Online media with print products, such as OPEN magazine, have been instrumental in providing checks and balances on other forms of media. OPEN broke that Barkha Dutt, widely regarded as India's top journalist, was involved with the Radia tapes controversy, which very little of the print media discussed. Radia, a lobbyist, was involved in corruption regarding the use and sale of 2G wireless spectrum. Her attempt to rehabilitate her reputation was hampered by the combative style she tried to do it with.

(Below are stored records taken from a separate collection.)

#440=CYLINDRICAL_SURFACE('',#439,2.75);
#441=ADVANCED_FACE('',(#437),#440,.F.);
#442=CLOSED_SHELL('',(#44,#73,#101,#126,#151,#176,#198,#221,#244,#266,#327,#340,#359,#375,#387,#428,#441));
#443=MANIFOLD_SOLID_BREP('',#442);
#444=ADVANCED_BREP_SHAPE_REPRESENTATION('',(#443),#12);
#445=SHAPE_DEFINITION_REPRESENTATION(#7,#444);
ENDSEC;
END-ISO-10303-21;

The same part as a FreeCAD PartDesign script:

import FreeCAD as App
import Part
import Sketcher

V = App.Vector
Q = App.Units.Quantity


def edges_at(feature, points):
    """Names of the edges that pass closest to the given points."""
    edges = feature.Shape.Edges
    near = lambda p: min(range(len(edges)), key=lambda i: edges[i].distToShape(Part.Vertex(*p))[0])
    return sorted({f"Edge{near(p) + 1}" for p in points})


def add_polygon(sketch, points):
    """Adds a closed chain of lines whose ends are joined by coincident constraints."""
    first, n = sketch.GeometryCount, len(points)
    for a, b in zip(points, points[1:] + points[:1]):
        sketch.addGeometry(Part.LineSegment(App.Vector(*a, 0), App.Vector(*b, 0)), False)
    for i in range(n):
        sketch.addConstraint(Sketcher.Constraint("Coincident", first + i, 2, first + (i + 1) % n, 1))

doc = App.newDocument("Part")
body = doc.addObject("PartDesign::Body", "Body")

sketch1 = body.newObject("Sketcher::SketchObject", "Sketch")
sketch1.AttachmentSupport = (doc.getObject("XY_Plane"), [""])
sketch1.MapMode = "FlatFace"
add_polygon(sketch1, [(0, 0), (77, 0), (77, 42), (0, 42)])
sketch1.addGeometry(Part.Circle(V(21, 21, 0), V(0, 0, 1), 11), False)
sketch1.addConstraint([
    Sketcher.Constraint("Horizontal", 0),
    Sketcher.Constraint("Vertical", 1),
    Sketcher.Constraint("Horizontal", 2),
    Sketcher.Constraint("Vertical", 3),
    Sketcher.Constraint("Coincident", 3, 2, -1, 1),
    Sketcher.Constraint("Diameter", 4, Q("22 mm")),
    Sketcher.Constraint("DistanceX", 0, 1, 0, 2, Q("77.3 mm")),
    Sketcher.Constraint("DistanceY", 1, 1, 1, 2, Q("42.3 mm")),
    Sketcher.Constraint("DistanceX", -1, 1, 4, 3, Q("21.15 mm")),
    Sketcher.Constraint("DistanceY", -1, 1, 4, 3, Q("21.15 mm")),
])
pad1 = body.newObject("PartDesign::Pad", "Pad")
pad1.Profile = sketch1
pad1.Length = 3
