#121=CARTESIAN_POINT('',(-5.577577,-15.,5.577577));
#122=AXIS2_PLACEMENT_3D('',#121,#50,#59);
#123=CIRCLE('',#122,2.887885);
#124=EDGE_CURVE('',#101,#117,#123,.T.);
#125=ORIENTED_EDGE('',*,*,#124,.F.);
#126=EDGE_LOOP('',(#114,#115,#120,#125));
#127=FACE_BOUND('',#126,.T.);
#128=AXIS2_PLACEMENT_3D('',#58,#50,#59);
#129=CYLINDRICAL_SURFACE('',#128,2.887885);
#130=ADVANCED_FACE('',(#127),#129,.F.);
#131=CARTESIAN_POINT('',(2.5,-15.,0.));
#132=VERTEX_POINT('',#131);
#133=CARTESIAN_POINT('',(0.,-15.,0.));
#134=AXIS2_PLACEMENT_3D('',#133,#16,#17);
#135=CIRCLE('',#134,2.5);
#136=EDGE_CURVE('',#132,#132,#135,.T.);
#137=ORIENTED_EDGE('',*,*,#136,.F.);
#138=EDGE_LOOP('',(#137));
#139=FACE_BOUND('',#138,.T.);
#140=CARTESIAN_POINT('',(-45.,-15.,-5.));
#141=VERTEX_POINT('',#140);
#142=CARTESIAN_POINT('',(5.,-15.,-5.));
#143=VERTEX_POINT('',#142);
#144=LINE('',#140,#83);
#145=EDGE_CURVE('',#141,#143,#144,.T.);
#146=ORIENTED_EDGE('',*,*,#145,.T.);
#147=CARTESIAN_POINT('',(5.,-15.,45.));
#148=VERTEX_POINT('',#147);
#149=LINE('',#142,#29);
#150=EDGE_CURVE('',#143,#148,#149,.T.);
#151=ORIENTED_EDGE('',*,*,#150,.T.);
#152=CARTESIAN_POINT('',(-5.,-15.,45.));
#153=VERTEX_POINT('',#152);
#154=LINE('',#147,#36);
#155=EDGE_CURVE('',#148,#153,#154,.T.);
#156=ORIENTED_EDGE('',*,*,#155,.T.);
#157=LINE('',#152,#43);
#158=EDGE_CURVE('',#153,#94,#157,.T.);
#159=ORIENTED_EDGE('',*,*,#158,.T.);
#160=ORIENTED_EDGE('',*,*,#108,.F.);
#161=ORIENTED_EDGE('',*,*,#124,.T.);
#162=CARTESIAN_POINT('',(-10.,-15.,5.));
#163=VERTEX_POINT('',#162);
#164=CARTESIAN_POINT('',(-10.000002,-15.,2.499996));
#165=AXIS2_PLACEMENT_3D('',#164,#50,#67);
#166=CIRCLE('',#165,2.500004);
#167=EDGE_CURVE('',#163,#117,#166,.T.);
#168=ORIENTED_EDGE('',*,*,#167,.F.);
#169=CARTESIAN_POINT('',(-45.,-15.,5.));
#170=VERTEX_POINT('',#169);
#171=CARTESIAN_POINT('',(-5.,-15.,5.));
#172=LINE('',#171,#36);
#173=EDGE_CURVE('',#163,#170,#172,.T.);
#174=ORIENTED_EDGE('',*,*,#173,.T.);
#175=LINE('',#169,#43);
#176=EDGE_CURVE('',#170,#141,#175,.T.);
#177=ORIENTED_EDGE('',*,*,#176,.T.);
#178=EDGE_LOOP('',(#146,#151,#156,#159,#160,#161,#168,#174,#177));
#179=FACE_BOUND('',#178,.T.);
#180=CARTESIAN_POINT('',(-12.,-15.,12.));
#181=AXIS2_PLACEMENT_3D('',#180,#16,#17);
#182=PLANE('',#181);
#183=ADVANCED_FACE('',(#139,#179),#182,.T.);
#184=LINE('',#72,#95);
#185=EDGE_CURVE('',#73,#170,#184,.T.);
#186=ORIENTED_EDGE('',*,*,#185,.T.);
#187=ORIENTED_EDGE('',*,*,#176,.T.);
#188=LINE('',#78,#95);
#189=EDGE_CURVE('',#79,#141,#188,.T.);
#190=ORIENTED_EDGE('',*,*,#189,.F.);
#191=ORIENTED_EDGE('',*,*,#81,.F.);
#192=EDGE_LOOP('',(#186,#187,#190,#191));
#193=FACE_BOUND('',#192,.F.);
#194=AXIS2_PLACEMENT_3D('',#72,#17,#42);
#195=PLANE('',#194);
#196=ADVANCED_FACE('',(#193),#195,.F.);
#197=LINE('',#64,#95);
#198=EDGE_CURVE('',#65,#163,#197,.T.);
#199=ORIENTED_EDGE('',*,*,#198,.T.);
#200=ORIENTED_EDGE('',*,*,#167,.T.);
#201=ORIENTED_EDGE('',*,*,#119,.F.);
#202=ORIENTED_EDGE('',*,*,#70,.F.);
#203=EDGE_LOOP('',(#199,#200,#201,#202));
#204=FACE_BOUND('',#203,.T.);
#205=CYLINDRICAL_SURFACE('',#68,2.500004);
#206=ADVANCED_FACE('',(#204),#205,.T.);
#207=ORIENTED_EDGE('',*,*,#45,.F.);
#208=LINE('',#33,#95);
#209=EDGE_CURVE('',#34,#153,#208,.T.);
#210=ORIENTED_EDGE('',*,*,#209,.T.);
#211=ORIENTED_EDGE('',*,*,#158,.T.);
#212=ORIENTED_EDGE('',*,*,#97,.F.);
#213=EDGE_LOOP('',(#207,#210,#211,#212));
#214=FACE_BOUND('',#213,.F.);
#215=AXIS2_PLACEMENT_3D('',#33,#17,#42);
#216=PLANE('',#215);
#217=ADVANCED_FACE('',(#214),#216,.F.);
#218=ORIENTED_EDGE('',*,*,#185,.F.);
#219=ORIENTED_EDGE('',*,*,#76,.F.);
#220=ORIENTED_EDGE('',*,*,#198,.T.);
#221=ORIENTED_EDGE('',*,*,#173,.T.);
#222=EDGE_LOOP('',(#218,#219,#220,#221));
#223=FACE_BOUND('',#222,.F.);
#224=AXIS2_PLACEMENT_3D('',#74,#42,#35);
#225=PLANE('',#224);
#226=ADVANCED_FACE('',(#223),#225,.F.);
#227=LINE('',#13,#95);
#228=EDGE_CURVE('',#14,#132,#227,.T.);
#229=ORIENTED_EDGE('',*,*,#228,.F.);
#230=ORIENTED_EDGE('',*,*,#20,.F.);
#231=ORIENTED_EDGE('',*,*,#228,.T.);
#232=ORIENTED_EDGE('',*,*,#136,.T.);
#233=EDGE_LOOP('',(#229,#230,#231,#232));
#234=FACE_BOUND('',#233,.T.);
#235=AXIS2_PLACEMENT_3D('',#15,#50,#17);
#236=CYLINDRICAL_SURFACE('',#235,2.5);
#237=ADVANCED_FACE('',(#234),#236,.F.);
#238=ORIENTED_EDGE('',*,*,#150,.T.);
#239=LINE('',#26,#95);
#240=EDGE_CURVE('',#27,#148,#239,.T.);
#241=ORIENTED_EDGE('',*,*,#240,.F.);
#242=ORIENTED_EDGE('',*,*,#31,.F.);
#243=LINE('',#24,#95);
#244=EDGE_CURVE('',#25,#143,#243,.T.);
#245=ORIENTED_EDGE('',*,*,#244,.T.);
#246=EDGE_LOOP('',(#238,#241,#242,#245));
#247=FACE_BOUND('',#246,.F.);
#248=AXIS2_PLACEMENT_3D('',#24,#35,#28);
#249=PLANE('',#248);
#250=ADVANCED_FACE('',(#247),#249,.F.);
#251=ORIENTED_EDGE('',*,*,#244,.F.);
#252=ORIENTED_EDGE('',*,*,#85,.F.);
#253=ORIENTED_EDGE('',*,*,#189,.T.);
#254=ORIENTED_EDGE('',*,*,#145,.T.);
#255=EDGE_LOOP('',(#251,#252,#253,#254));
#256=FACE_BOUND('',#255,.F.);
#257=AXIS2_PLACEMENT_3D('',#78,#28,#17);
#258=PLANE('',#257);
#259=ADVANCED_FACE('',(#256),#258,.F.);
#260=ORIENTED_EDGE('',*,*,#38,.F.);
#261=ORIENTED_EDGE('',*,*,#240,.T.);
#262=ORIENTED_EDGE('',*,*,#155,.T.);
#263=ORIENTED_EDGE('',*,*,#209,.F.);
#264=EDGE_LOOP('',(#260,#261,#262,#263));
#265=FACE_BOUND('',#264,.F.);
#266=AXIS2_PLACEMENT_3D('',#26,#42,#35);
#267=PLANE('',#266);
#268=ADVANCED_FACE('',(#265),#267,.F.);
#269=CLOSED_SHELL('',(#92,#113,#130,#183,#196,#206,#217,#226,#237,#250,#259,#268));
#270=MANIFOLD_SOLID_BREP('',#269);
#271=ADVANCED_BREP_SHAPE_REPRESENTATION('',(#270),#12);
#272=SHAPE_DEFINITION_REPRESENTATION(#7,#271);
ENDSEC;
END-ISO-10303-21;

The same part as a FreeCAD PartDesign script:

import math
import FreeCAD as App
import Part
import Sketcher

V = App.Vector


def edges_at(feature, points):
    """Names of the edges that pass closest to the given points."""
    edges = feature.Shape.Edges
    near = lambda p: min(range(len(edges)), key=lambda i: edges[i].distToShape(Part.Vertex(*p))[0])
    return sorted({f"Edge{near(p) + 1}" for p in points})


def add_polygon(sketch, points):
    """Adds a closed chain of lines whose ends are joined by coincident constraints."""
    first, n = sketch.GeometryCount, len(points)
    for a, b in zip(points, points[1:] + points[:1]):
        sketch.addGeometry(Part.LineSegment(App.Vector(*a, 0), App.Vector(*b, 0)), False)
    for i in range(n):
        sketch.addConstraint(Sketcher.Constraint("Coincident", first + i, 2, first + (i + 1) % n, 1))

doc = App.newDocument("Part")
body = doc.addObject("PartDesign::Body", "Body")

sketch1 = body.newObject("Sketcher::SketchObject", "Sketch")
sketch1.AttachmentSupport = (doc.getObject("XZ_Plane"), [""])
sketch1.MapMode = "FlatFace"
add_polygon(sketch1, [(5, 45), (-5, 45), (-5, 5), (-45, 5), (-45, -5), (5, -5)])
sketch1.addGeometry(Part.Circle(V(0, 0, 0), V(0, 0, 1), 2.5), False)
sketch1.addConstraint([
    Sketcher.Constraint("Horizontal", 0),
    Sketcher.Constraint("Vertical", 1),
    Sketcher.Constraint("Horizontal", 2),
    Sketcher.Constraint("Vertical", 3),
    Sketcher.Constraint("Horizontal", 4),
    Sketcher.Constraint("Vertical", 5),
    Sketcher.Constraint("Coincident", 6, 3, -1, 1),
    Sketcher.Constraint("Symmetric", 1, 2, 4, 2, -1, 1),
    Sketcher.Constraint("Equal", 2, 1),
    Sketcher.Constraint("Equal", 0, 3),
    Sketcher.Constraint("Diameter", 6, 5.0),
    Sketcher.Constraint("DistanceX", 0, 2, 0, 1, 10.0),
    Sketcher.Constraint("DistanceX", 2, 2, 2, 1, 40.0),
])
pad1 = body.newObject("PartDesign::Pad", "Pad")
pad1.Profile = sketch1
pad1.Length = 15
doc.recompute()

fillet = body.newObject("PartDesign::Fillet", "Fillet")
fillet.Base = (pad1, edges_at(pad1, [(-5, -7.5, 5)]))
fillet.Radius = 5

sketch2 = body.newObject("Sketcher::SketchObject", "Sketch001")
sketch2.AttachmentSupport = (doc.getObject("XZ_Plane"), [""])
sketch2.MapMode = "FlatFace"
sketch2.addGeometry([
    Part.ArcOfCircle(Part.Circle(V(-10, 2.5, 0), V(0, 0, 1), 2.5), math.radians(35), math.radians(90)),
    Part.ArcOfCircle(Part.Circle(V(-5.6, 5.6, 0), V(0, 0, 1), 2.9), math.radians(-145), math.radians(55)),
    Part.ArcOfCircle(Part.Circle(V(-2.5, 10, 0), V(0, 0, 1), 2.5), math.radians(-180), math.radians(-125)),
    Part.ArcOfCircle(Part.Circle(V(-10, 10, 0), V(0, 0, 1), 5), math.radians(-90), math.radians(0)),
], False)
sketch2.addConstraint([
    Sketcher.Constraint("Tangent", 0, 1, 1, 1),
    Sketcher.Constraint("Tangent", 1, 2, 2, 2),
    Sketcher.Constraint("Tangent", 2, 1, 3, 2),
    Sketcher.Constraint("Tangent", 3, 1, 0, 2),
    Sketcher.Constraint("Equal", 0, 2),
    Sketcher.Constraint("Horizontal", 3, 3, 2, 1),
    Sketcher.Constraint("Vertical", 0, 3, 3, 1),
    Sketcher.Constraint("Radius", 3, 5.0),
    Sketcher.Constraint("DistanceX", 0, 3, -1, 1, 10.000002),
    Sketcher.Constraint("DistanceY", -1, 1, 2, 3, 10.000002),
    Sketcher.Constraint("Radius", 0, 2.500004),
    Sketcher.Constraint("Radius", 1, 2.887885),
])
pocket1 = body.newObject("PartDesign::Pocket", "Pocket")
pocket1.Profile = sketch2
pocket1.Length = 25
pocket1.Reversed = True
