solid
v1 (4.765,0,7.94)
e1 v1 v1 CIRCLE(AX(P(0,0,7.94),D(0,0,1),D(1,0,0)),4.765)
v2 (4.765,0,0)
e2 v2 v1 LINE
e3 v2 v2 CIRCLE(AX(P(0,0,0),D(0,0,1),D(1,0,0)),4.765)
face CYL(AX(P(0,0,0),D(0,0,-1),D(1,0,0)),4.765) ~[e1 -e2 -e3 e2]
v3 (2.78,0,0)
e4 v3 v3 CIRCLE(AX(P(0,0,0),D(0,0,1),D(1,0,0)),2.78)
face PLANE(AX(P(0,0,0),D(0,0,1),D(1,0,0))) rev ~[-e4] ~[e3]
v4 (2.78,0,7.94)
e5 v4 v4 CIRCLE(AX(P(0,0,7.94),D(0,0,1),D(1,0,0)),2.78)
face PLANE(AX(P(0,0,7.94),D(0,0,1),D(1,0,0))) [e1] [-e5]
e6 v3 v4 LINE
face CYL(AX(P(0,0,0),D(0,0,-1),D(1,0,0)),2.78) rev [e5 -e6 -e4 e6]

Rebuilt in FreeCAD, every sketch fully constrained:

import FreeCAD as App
import Part
import Sketcher

doc = App.newDocument("Part")
body = doc.addObject("PartDesign::Body", "Body")

# Sketch on XY plane
sketch1 = body.newObject("Sketcher::SketchObject", "Sketch")
sketch1.AttachmentSupport = (doc.getObject("XY_Plane"), [""])
sketch1.MapMode = "FlatFace"
sketch1.addGeometry(Part.Circle(App.Vector(0, 0, 0), App.Vector(0, 0, 1), 4.765), False)
sketch1.addGeometry(Part.Circle(App.Vector(0, 0, 0), App.Vector(0, 0, 1), 2.78), False)
sketch1.addConstraint(Sketcher.Constraint("Coincident", 0, 3, -1, 1))
sketch1.addConstraint(Sketcher.Constraint("Coincident", 1, 3, -1, 1))
sketch1.addConstraint(Sketcher.Constraint("Diameter", 0, 9.53))
sketch1.addConstraint(Sketcher.Constraint("Diameter", 1, 5.56))
pad1 = body.newObject("PartDesign::Pad", "Pad")
pad1.Profile = sketch1
pad1.Length = 7.94

doc.recompute()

=== Times of India group ===

The Times of India Group is the largest media conglomerate in India. Its flagship paper is the Times of India which is the largest English publication in the world by readership with just over 7.65 million daily readers. It is also the publisher of the largest business news paper in India, The Economic Times. The Times of India opened their web portal in 1999 and in 2003 they published an electronic version of their newspaper.
Some Indian journalists, such as luminary M J Akbar, have made the leap into online journalism. Akbar has been working in journalism since he joined the Times of India in 1971 and currently heads the Sunday Guardian as the editorial director of India Today Group and Headlines Today. The Sunday Guardian is notable for having made a successful pivot from being a print only paper to one which includes online content in their media portfolios. Today, M J Akbar is just one example of a growing number of journalists who have embraced online media while maintaining a strong presence in the print media market.

=== Dainik Jagran ===

Dainik Jagran has been India's most read newspaper for 23 consecutive years with a daily readership of over 16 million. It's the flagship publication of Jagran Prakashan Ltd (JPL), a large media conglomerate in India. JPL launched MMI online in 2008 to handle all of its digital offerings. Most notable is jagran.com which has recently aligned with yahoo.com to bring a large range of offerings to its visitors. The website can see up to 50 updates in one day. In 2011, INEXT was re-launched along with the website inextlive.com. This website launched by Dinesh Shrinet. INEXT is the first bilingual daily news published in India. It currently publishes content from at least 9 different major cities. Besides managing content MMI Online is also actively looking for gaps in the web offerings so that it can bring new content to the country. MMI online also is working to transition India into web 3.0.

=== One India ===

Oneindia.in (owned by Greynium Information Technologies Pvt. Ltd) is an Indian Internet portal – delivering content, community and commerce to Indian consumers, businesses and the global Indian community. As of 2008, Oneindia.in has been serving the Internet audience for the last 8 years (the language portals have been live since April 2000). It is a multilingual website in all South India languages and English. This online media house was founded by B.G. Mahesh. One India launched its Hindi portal in 2007. Dinesh Shrinet was the editor of this website. “Hindi is the second most popular Indian language on the Internet and increasingly new Internet users are from non-metros and smaller towns,” said B.G. Mahesh, CEO, Greynium Information Technologies Pvt Ltd, “hence it is essential that these audiences are given the right platform to explore and use the Internet to its fullest potential,” added Mahesh.

== Blogging in India ==

The largest news and media companies now include blogs in their online offerings. Sites such as The Times Of India have a blog section as does The Economic Times. American online publications are also offering blogs to the Indian market. The Wall Street Journal blog India Realtime is staffed by journalists exclusively from New Delhi and Mumbai and focuses on analysis of issues occurring in India. In September 2010, The Wall Street Journal expanded its offering to include the India Realtime blog in Hindi in addition to the English language. Dainik Jagran, India's most read newspaper, also runs a site dedicated to blogs.